Manuscript workspace.

  • manuscript_draft.md: scientific manuscript draft.
  • PolyDegradeML_consolidated_manuscript.docx: Word export for review/submission workflows.
  • evidence_mapped_outline.md: outline mapped to repository evidence.
  • tables_and_figures_plan.md: proposed paper table/figure plan.
  • publication_readiness_checklist.md: checklist for publication review.
  • missing_information_to_ask_author.md: unresolved information requests.
  • build_consolidated_docx.py: document generation utility.
  • README.md: paper folder navigation.

Classification: manuscript source, generated document artifact, publication planning.

presentation/

Slide and communication workspace.

  • PolyDegradeML_comprehensive_defense.pptx: comprehensive conference/thesis-style deck.
  • PolyDegradeML_comprehensive_defense_speaker_notes.md: speaker notes.
  • PolyDegradeML_academic_ted_talk.pptx: academic/TED-style deck.
  • PolyDegradeML_academic_ted_talk_speaker_notes.md: speaker notes.
  • Plastic_Degradation_Project_Presentation.pptx: earlier/project deck.
  • PROJECT_SLIDES.md: markdown slide source/notes.
  • SLIDE_ASSET_GUIDE.md: asset usage guide.
  • build_*.mjs and build_project_slides.py: slide-building utilities.
  • assets/: presentation-ready figure copies.

Classification: presentation source, generated decks, and visual assets.

source_materials/

Preserved original Applied Work and Outside Reading reports.

  • source_materials/reports/Week_01_Applied_Work.docx through Week 13 reports.
  • Outside Reading report files for literature-review and interpretation provenance.
  • README.md: source-material notes.

Classification: research provenance and literature/source material.
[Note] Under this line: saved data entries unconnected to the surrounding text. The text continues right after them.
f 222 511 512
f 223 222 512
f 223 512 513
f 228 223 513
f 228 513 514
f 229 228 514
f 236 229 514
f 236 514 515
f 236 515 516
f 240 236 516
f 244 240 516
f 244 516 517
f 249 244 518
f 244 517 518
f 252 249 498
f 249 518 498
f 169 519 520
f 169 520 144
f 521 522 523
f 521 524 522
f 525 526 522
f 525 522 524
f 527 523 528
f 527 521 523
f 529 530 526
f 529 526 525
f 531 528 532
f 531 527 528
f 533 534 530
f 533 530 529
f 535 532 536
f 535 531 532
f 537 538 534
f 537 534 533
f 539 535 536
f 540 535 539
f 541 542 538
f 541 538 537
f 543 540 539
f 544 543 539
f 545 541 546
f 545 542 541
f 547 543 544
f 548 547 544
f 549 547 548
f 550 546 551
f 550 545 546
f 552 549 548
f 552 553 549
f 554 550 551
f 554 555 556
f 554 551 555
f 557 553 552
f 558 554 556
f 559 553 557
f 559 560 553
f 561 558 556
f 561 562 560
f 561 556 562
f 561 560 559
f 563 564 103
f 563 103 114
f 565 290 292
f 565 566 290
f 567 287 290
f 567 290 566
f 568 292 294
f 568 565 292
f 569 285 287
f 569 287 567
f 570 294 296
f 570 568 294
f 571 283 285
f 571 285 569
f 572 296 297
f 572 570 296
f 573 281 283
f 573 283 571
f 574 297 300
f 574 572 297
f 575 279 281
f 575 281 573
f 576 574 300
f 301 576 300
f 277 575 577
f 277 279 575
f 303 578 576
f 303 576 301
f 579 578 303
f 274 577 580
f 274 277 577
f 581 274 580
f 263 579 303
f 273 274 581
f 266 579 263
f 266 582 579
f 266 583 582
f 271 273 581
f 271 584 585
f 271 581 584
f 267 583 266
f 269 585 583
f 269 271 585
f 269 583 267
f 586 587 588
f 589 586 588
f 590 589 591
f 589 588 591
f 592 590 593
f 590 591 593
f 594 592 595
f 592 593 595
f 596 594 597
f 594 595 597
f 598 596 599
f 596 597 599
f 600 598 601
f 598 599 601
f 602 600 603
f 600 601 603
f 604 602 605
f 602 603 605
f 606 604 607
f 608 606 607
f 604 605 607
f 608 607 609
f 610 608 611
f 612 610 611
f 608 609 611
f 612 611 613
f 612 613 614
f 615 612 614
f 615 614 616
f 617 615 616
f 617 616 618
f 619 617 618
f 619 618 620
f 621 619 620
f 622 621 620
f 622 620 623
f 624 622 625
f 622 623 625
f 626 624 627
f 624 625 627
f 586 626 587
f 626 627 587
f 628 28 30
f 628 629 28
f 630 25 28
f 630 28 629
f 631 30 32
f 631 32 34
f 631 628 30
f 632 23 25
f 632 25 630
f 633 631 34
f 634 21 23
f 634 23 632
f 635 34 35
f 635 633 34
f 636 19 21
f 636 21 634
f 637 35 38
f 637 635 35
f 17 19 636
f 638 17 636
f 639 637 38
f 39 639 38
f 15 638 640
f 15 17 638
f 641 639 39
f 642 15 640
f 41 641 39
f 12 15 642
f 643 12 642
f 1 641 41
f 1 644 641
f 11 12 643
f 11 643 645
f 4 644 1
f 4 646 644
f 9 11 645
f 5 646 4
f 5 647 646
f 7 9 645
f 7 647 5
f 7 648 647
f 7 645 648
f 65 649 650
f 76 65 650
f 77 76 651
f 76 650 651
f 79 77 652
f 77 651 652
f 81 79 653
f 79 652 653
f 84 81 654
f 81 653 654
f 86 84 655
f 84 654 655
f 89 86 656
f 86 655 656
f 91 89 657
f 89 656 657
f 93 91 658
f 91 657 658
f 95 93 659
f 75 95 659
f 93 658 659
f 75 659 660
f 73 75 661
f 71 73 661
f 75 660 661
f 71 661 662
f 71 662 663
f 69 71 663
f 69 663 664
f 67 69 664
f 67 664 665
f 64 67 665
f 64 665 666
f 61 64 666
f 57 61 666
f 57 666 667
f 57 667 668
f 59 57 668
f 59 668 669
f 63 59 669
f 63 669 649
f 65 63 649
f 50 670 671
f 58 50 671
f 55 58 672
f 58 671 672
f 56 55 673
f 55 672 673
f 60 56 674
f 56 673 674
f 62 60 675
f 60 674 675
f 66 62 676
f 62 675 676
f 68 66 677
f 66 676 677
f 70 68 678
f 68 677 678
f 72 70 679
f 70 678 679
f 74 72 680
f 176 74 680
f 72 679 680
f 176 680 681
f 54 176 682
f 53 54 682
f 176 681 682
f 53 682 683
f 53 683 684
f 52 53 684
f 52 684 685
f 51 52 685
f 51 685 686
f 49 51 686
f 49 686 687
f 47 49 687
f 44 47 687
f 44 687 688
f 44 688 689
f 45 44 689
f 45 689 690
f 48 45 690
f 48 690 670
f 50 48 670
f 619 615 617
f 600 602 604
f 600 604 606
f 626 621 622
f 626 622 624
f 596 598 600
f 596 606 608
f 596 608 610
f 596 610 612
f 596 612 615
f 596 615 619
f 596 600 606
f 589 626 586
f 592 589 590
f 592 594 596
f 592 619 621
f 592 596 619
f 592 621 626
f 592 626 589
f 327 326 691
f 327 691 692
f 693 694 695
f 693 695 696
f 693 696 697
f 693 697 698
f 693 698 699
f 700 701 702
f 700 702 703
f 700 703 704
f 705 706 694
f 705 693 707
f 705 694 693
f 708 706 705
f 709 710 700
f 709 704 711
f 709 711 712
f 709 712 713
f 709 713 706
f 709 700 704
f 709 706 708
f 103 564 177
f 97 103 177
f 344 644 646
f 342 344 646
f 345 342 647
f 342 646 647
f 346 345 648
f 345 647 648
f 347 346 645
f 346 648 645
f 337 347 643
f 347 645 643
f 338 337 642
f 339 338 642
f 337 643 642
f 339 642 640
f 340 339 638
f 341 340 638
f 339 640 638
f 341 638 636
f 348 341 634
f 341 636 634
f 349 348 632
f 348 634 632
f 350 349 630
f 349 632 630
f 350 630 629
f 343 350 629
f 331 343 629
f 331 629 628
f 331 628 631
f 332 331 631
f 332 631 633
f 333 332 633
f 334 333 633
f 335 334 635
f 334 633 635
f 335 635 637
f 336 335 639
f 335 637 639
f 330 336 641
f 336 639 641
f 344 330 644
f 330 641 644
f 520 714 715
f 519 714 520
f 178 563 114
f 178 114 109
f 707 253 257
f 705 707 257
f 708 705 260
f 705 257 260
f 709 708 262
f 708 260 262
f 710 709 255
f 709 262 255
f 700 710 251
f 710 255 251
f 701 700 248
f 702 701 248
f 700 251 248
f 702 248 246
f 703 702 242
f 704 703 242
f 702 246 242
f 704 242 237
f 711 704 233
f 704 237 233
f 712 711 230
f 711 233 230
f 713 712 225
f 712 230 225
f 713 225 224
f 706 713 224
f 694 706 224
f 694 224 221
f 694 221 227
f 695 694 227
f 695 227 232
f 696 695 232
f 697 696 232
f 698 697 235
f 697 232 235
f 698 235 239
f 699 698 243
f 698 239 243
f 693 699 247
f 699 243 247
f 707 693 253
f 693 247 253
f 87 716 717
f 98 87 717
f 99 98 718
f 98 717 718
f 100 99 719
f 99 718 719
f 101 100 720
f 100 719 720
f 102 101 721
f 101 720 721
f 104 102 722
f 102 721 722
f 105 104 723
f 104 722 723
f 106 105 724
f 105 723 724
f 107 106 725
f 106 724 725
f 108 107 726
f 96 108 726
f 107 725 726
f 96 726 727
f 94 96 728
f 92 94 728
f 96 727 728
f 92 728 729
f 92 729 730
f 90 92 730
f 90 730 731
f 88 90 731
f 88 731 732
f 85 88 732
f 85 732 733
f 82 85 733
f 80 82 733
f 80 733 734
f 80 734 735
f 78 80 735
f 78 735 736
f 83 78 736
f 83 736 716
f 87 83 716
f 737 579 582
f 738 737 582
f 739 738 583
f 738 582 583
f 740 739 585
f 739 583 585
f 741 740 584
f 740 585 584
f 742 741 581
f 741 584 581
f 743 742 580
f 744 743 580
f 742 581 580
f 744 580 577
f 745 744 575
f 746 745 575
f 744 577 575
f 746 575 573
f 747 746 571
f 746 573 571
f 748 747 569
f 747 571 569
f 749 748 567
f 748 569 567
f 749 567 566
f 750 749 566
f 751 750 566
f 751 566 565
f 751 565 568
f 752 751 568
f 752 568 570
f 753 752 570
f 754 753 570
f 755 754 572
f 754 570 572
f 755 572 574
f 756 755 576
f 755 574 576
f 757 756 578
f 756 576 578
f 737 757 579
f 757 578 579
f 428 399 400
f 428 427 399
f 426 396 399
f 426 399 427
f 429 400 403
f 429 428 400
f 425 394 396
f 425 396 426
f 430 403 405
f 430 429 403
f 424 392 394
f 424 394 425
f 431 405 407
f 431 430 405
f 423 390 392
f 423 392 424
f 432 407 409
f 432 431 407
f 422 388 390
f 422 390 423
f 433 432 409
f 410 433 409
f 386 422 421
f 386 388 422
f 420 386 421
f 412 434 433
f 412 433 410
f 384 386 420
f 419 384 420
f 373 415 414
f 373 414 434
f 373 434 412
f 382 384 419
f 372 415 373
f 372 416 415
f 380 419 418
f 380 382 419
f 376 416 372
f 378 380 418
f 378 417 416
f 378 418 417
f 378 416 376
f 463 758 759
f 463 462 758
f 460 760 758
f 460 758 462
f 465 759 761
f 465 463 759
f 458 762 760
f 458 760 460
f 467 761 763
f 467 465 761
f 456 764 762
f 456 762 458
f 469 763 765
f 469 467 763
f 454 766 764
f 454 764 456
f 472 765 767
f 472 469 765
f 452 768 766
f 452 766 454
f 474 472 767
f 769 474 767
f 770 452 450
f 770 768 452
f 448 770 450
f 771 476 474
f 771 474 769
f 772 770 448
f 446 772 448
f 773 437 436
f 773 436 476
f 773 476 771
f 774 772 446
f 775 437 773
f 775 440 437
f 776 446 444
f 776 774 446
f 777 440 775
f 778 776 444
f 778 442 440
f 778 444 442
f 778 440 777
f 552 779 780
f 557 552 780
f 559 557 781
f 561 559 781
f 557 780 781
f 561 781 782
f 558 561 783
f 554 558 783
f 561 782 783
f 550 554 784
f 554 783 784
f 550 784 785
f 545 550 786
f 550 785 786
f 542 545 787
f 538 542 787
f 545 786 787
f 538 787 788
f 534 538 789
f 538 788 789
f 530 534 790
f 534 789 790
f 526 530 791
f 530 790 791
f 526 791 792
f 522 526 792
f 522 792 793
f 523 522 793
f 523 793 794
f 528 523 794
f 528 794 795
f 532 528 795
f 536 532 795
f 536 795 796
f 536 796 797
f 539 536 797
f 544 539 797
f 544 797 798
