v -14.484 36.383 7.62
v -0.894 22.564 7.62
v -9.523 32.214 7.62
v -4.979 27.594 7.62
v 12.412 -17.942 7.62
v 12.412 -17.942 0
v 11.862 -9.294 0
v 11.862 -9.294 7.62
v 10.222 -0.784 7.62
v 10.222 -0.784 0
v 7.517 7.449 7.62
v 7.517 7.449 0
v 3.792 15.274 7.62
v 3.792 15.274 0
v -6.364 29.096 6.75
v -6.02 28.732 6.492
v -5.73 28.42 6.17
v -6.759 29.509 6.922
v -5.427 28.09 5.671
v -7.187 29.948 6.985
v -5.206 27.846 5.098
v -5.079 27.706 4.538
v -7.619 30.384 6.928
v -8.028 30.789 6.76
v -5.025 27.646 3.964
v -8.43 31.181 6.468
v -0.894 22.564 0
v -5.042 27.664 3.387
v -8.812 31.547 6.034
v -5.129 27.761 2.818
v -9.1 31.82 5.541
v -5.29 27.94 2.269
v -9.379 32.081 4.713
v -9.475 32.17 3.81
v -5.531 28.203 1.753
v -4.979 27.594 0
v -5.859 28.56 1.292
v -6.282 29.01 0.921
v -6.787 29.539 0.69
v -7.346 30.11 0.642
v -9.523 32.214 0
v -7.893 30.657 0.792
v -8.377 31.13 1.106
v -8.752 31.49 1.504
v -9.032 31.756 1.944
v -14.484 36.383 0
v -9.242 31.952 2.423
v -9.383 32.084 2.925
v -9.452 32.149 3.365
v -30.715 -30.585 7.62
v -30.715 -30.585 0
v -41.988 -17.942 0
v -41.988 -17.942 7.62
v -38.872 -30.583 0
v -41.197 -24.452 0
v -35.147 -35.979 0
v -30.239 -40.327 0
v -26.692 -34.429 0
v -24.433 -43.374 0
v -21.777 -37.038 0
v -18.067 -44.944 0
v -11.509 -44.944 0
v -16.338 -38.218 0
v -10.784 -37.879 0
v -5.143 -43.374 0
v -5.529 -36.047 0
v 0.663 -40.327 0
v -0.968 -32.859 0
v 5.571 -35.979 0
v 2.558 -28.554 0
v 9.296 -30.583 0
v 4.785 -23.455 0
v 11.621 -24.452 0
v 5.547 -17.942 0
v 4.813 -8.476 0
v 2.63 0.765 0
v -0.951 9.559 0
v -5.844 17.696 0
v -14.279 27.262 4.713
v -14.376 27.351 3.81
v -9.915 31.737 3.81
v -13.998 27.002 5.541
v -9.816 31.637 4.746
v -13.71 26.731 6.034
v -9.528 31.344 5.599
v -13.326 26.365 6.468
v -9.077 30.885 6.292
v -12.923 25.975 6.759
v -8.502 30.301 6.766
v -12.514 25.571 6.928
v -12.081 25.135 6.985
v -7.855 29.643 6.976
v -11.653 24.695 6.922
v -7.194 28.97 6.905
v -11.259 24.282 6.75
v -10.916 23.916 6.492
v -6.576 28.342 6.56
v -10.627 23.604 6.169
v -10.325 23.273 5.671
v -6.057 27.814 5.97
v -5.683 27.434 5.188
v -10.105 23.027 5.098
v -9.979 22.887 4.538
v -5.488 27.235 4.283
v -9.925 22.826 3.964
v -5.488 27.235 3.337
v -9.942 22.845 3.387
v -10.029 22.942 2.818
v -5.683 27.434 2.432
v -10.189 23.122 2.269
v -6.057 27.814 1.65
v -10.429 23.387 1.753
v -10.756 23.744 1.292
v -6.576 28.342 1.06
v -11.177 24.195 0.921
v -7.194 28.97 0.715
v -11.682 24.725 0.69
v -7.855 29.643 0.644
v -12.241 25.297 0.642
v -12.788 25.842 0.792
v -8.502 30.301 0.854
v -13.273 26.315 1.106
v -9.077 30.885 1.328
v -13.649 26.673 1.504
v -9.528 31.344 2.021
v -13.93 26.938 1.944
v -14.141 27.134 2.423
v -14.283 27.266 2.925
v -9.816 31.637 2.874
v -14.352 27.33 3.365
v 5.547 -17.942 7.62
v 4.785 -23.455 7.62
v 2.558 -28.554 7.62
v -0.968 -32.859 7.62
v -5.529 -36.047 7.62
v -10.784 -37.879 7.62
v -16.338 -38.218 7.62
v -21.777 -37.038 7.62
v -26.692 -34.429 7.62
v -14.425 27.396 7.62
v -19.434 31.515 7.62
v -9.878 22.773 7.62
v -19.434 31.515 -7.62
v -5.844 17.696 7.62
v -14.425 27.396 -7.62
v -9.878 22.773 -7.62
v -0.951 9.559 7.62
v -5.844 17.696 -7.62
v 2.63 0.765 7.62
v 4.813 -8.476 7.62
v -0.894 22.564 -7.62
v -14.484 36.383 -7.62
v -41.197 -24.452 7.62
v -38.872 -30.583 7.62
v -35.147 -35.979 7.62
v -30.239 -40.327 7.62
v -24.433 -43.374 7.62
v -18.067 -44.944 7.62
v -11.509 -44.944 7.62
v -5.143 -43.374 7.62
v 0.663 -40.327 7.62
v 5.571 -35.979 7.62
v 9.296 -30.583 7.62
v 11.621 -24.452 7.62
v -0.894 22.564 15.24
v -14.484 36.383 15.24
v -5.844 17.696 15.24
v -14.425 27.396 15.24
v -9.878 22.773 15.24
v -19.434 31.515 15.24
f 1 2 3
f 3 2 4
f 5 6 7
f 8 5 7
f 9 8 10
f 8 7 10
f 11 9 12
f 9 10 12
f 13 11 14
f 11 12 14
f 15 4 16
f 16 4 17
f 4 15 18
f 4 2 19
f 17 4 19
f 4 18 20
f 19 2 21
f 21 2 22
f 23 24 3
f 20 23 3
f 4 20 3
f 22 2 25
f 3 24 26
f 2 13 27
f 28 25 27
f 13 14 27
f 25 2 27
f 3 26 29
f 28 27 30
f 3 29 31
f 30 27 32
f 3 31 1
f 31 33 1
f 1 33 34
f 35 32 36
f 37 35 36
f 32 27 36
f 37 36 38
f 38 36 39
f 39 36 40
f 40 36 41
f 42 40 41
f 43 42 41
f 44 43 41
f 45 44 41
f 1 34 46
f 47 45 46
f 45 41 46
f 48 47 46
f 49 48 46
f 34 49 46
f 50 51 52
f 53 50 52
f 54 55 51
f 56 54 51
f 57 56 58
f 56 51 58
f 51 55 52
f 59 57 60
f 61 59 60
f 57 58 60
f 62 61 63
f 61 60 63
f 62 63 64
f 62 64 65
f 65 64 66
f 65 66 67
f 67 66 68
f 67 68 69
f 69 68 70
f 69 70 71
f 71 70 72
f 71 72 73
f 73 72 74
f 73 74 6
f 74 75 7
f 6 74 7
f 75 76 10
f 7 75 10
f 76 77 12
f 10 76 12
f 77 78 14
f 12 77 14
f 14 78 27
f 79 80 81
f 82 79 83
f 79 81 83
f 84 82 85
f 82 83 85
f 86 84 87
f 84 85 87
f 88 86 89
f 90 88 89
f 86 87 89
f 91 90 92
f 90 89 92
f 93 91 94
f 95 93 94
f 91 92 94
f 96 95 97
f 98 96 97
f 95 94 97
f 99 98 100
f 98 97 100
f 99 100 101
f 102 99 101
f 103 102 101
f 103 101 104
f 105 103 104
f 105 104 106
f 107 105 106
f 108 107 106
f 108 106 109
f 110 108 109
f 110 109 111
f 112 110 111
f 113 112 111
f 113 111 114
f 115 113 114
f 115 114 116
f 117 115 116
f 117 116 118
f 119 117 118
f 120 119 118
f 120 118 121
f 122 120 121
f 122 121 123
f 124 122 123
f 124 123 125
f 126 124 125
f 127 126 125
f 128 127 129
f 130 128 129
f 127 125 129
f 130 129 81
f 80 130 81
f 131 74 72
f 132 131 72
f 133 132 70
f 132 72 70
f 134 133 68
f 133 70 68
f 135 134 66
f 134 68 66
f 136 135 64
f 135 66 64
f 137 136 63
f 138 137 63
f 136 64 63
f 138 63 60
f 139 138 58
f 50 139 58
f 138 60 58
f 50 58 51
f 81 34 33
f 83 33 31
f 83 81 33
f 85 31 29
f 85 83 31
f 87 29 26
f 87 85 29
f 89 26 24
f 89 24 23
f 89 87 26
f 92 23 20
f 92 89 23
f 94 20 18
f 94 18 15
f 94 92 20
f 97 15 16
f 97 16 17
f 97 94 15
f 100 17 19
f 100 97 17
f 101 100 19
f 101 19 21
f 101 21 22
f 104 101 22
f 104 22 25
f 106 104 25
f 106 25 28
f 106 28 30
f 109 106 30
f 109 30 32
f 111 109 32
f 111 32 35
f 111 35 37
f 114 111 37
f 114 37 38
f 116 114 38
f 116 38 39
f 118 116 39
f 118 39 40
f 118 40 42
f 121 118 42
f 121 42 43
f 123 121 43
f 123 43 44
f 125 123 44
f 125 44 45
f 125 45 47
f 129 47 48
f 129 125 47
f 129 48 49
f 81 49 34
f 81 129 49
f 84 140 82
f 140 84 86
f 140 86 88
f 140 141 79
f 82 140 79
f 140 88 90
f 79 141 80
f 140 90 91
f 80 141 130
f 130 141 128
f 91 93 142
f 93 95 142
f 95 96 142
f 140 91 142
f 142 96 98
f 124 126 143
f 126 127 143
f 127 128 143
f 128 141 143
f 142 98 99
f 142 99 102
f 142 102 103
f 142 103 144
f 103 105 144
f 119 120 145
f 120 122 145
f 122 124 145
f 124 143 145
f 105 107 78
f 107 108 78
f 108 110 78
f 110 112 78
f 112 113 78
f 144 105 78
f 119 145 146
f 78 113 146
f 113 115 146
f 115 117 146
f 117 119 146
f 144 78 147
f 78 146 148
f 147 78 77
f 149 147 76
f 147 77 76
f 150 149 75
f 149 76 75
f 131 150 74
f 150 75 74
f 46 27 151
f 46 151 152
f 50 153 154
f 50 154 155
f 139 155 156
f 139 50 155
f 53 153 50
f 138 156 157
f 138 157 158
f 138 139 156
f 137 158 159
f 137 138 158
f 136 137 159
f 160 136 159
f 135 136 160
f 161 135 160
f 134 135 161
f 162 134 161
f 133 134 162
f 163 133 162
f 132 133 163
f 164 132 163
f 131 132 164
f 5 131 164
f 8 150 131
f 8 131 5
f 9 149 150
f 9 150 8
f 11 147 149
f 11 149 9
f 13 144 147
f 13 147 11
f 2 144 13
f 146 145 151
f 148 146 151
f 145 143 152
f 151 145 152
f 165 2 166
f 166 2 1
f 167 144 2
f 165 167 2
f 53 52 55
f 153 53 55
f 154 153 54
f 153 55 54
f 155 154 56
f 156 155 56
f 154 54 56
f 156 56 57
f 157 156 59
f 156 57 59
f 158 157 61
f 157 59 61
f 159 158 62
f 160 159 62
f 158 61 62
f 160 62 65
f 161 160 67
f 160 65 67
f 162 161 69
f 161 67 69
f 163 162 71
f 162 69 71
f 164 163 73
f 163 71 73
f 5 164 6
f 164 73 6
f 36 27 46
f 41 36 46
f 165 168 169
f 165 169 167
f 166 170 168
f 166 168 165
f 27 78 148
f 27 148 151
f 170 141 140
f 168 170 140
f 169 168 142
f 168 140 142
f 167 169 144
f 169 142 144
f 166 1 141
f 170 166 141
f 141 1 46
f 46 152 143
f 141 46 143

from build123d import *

# Parameters (mm, degrees)
F1_DEPTH      = 7.62
F3_DEPTH      = 7.62
F3_DEPTH_BACK = 15.24
F4_R          = 3.175
F5_DEPTH      = 79.502
F5_DEPTH_BACK = 34.798


with BuildPart() as f1:
    # F0 (on Top) → F1 (new body)
    with BuildSketch(Plane.XY):
        with BuildLine():
            ThreePointArc((-19.4344986555, 31.5148568491), (-1.0529688957, 9.7617744234), (5.5467668246, -17.9423898801))
            ThreePointArc((5.5467668246, -17.9423898801), (-8.0937566855, -37.1436695543), (-30.7152286304, -30.5845514882))
            Line((-30.7152286304, -30.5845514882), (-41.9875042541, -17.9423898801))
            ThreePointArc((-41.9875042541, -17.9423898801), (-14.7879740797, -45.1419200544), (12.4115560946, -17.9423898801))
            ThreePointArc((12.4115560946, -17.9423898801), (5.3194072823, 12.3671165466), (-14.4844366655, 36.3832053102))
            Line((-14.4844366655, 36.3832053102), (-19.4344986555, 31.5148568491))
        make_face()
    extrude(amount=F1_DEPTH)

    # F2 (on face) → F3 (join, two sides)
    with BuildSketch(Plane.XY.offset(7.62)) as f3_sk:
        with BuildLine():
            Line((-0.8935400487, 22.5641902395), (-14.4844366655, 36.3832053102))
            Line((-14.4844366655, 36.3832053102), (-19.4344986555, 31.5148568491))
            ThreePointArc((-19.4344986555, 31.5148568491), (-12.0907540568, 25.1445945609), (-5.8436020388, 17.6958417784))
            Line((-5.8436020388, 17.6958417784), (-0.8935400487, 22.5641902395))
        make_face()
    extrude(amount=F3_DEPTH)
    extrude(f3_sk.sketch, amount=-F3_DEPTH_BACK)

    # F4 (on face) → F5 (cut, two sides)
    with BuildSketch(Plane(origin=(10.8263263702, 10.6476099552, 0), x_dir=(-0.7011976155, 0.7129669726, 0), z_dir=(0.7129669726, 0.7011976155, 0))) as f5_sk:
        with Locations((26.4052733757, 3.81)):
            Circle(F4_R)
    extrude(amount=-F5_DEPTH, mode=Mode.SUBTRACT)
    extrude(f5_sk.sketch, amount=F5_DEPTH_BACK, mode=Mode.SUBTRACT)


solid = f1.part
These are not generated by the workflow scripts.

docs/

Developer and architecture documentation.

  • docs/uml/project_architecture.mmd: architecture diagram.
  • docs/uml/class_diagram.mmd: major classes/dataclasses.
  • docs/uml/workflow_sequence.mmd: workflow sequence.
  • docs/publication_artifact_provenance.md: maps manuscript figures/tables to scripts and source outputs.
  • docs/publication_run_2026-05-28.md: records the stabilized publication-run command, environment, and observed output changes.
  • README files: navigation.

Classification: documentation.

notebooks/

Exploratory notebook area.

  • notebooks/exploratory/README.md: explains that exploratory notebooks are non-canonical.

Classification: exploratory workspace. Canonical reproducible work should remain in scripts/ and src/.

tests/

Test suite.

  • tests/test_data.py: unit/regression tests for data loading, curation, model workflows, feature engineering, uncertainty, and reliability scoreboard.
  • tests/README.md: test navigation.

Classification: test source code.

Likely Obsolete, Local, or Generated Scratch Files

  • synthetic_regression_example.csv: local generated example output, ignored by Git.
  • regression_scores_example.json: local generated example output, ignored by Git.
  • .kaggle/access_token: local credential/config file, ignored by Git. Do not commit.
  • __pycache__/: Python bytecode cache directories. Removed during the health pass and ignored by Git.

Do not delete reports, paper files, presentations, datasets, or figures without explicit approval.